INSTRUCTIONS FOR THE TASK: For this exercise, return exactly the lines of the material below that begin at the one with "e8 -e9 -e10]" and stop after the one with "rev [-e21] [e16]".

··· DATA IN THIS EXERCISE

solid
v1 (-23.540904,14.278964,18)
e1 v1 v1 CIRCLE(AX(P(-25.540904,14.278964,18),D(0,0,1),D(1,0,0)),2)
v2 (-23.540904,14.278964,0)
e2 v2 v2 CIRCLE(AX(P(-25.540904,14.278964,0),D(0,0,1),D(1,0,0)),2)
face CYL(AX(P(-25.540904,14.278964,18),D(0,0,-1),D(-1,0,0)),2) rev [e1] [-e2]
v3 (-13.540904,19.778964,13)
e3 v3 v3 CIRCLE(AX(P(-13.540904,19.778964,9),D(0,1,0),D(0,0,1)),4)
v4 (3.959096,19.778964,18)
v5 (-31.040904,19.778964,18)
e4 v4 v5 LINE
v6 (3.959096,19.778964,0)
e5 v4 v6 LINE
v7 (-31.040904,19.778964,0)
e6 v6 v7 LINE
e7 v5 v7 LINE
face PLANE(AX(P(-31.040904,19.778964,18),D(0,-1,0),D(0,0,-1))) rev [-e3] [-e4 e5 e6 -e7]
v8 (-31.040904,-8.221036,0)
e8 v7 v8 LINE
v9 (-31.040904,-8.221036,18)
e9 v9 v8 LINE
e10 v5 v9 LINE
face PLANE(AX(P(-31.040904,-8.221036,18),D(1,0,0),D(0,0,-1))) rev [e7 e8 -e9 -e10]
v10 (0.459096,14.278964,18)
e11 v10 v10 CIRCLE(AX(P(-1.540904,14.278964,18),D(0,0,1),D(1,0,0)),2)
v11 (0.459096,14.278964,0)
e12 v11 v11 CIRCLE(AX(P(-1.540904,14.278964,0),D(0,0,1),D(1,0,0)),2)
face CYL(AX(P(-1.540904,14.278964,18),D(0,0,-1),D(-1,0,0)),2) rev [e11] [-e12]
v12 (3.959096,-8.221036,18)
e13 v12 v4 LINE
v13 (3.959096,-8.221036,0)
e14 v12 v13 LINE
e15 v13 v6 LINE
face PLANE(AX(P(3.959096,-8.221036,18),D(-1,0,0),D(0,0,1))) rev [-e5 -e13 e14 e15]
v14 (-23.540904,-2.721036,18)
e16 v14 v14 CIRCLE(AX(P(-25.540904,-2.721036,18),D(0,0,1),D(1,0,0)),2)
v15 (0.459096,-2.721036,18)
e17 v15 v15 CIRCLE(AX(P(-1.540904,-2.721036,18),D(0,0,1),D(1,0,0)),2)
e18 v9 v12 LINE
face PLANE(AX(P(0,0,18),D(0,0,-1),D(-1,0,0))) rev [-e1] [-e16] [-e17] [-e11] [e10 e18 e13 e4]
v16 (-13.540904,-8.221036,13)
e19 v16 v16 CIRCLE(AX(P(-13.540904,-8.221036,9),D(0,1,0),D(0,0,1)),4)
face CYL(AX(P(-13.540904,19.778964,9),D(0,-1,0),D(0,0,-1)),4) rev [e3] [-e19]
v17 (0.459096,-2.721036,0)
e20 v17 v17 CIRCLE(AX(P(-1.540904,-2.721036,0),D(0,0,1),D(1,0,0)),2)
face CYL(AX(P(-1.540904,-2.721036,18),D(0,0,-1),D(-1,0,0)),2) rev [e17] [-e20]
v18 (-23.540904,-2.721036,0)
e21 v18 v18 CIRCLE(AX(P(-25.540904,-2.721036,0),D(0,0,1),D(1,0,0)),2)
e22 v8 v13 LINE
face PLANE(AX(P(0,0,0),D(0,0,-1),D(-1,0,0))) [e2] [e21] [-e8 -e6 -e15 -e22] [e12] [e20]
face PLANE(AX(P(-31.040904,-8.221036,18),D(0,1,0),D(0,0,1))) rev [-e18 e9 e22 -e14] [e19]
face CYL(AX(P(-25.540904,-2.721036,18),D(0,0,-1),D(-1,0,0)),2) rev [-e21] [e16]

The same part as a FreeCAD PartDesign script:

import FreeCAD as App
import Part
import Sketcher
Q = App.Units.Quantity

doc = App.newDocument("Part")
params = doc.addObject("Spreadsheet::Sheet", "Params")
for row, (alias, value) in enumerate([
    ("sketch1_diameter", "4 mm"),
    ("sketch1_width", "35 mm"),
    ("sketch1_height", "28 mm"),
    ("pad1_length", "18 mm"),
    ("sketch2_diameter", "8 mm"),
], start=1):
    params.set(f"A{row}", alias)
    params.set(f"B{row}", "=" + value)
    params.setAlias(f"B{row}", alias)

body = doc.addObject("PartDesign::Body", "Body")

# Sketch on XY plane
sketch1 = body.newObject("Sketcher::SketchObject", "Sketch")
sketch1.AttachmentSupport = (doc.getObject("XY_Plane"), [""])
sketch1.MapMode = "FlatFace"
sketch1.addGeometry([
    Part.LineSegment(App.Vector(-31, 19.8, 0), App.Vector(-31, -8.2, 0)),  # 0
    Part.LineSegment(App.Vector(-31, -8.2, 0), App.Vector(4, -8.2, 0)),  # 1
    Part.LineSegment(App.Vector(4, -8.2, 0), App.Vector(4, 19.8, 0)),  # 2
    Part.LineSegment(App.Vector(4, 19.8, 0), App.Vector(-31, 19.8, 0)),  # 3
    Part.Circle(App.Vector(-25.5, -2.7, 0), App.Vector(0, 0, 1), 2),  # 4
    Part.Circle(App.Vector(-1.5, -2.7, 0), App.Vector(0, 0, 1), 2),  # 5
    Part.Circle(App.Vector(-25.5, 14.3, 0), App.Vector(0, 0, 1), 2),  # 6
    Part.Circle(App.Vector(-1.5, 14.3, 0), App.Vector(0, 0, 1), 2),  # 7
], False)
sketch1.addConstraint([
    Sketcher.Constraint("Coincident", 0, 2, 1, 1),
    Sketcher.Constraint("Coincident", 1, 2, 2, 1),
    Sketcher.Constraint("Coincident", 2, 2, 3, 1),
    Sketcher.Constraint("Coincident", 3, 2, 0, 1),
    Sketcher.Constraint("Vertical", 0),
    Sketcher.Constraint("Horizontal", 1),
    Sketcher.Constraint("Vertical", 2),
    Sketcher.Constraint("Horizontal", 3),
    Sketcher.Constraint("Equal", 4, 5),
    Sketcher.Constraint("Equal", 5, 6),
    Sketcher.Constraint("Equal", 6, 7),
    Sketcher.Constraint("Horizontal", 4, 3, 5, 3),
    Sketcher.Constraint("Horizontal", 6, 3, 7, 3),
    Sketcher.Constraint("Vertical", 4, 3, 6, 3),
    Sketcher.Constraint("Vertical", 5, 3, 7, 3),
    Sketcher.Constraint("Diameter", 4, Q("4 mm")),
    Sketcher.Constraint("DistanceX", 1, 1, 1, 2, Q("35 mm")),
    Sketcher.Constraint("DistanceY", 0, 2, 0, 1, Q("28 mm")),
    Sketcher.Constraint("DistanceX", 4, 3, 5, 3, Q("24 mm")),
    Sketcher.Constraint("DistanceY", 4, 3, 6, 3, Q("17 mm")),
    Sketcher.Constraint("DistanceX", 0, 2, 4, 3, Q("5.5 mm")),
    Sketcher.Constraint("DistanceY", 0, 2, 4, 3, Q("5.5 mm")),
    Sketcher.Constraint("DistanceX", 4, 3, -1, 1, Q("25.540904 mm")),
    Sketcher.Constraint("DistanceY", 4, 3, -1, 1, Q("2.721036 mm")),
])
sketch1.setExpression("Constraints[15]", "Params.sketch1_diameter")
sketch1.setExpression("Constraints[16]", "Params.sketch1_width")
sketch1.setExpression("Constraints[17]", "Params.sketch1_height")
pad1 = body.newObject("PartDesign::Pad", "Pad")
pad1.Profile = sketch1
pad1.setExpression("Length", "Params.pad1_length")

# Sketch on XZ plane
sketch2 = body.newObject("Sketcher::SketchObject", "Sketch001")
sketch2.AttachmentSupport = (doc.getObject("XZ_Plane"), [""])
sketch2.MapMode = "FlatFace"
sketch2.AttachmentOffset = App.Placement(App.Vector(0, 0, 8.221036), App.Rotation())
sketch2.addGeometry(Part.Circle(App.Vector(-13.5, 9, 0), App.Vector(0, 0, 1), 4), False)
sketch2.addConstraint([
    Sketcher.Constraint("Diameter", 0, Q("8 mm")),
    Sketcher.Constraint("DistanceY", -1, 1, 0, 3, Q("9 mm")),
    Sketcher.Constraint("DistanceX", 0, 3, -1, 1, Q("13.540904 mm")),
])
sketch2.setExpression("Constraints[0]", "Params.sketch2_diameter")
pocket1 = body.newObject("PartDesign::Pocket", "Pocket")
pocket1.Profile = sketch2
pocket1.Type = "ThroughAll"

doc.recompute()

······

FINAL ANSWER:
face PLANE(AX(P(-31.040904,-8.221036,18),D(1,0,0),D(0,0,-1))) rev [e7 e8 -e9 -e10]
v10 (0.459096,14.278964,18)
e11 v10 v10 CIRCLE(AX(P(-1.540904,14.278964,18),D(0,0,1),D(1,0,0)),2)
v11 (0.459096,14.278964,0)
e12 v11 v11 CIRCLE(AX(P(-1.540904,14.278964,0),D(0,0,1),D(1,0,0)),2)
face CYL(AX(P(-1.540904,14.278964,18),D(0,0,-1),D(-1,0,0)),2) rev [e11] [-e12]
v12 (3.959096,-8.221036,18)
e13 v12 v4 LINE
v13 (3.959096,-8.221036,0)
e14 v12 v13 LINE
e15 v13 v6 LINE
face PLANE(AX(P(3.959096,-8.221036,18),D(-1,0,0),D(0,0,1))) rev [-e5 -e13 e14 e15]
v14 (-23.540904,-2.721036,18)
e16 v14 v14 CIRCLE(AX(P(-25.540904,-2.721036,18),D(0,0,1),D(1,0,0)),2)
v15 (0.459096,-2.721036,18)
e17 v15 v15 CIRCLE(AX(P(-1.540904,-2.721036,18),D(0,0,1),D(1,0,0)),2)
e18 v9 v12 LINE
face PLANE(AX(P(0,0,18),D(0,0,-1),D(-1,0,0))) rev [-e1] [-e16] [-e17] [-e11] [e10 e18 e13 e4]
v16 (-13.540904,-8.221036,13)
e19 v16 v16 CIRCLE(AX(P(-13.540904,-8.221036,9),D(0,1,0),D(0,0,1)),4)
face CYL(AX(P(-13.540904,19.778964,9),D(0,-1,0),D(0,0,-1)),4) rev [e3] [-e19]
v17 (0.459096,-2.721036,0)
e20 v17 v17 CIRCLE(AX(P(-1.540904,-2.721036,0),D(0,0,1),D(1,0,0)),2)
face CYL(AX(P(-1.540904,-2.721036,18),D(0,0,-1),D(-1,0,0)),2) rev [e17] [-e20]
v18 (-23.540904,-2.721036,0)
e21 v18 v18 CIRCLE(AX(P(-25.540904,-2.721036,0),D(0,0,1),D(1,0,0)),2)
e22 v8 v13 LINE
face PLANE(AX(P(0,0,0),D(0,0,-1),D(-1,0,0))) [e2] [e21] [-e8 -e6 -e15 -e22] [e12] [e20]
face PLANE(AX(P(-31.040904,-8.221036,18),D(0,1,0),D(0,0,1))) rev [-e18 e9 e22 -e14] [e19]
face CYL(AX(P(-25.540904,-2.721036,18),D(0,0,-1),D(-1,0,0)),2) rev [-e21] [e16]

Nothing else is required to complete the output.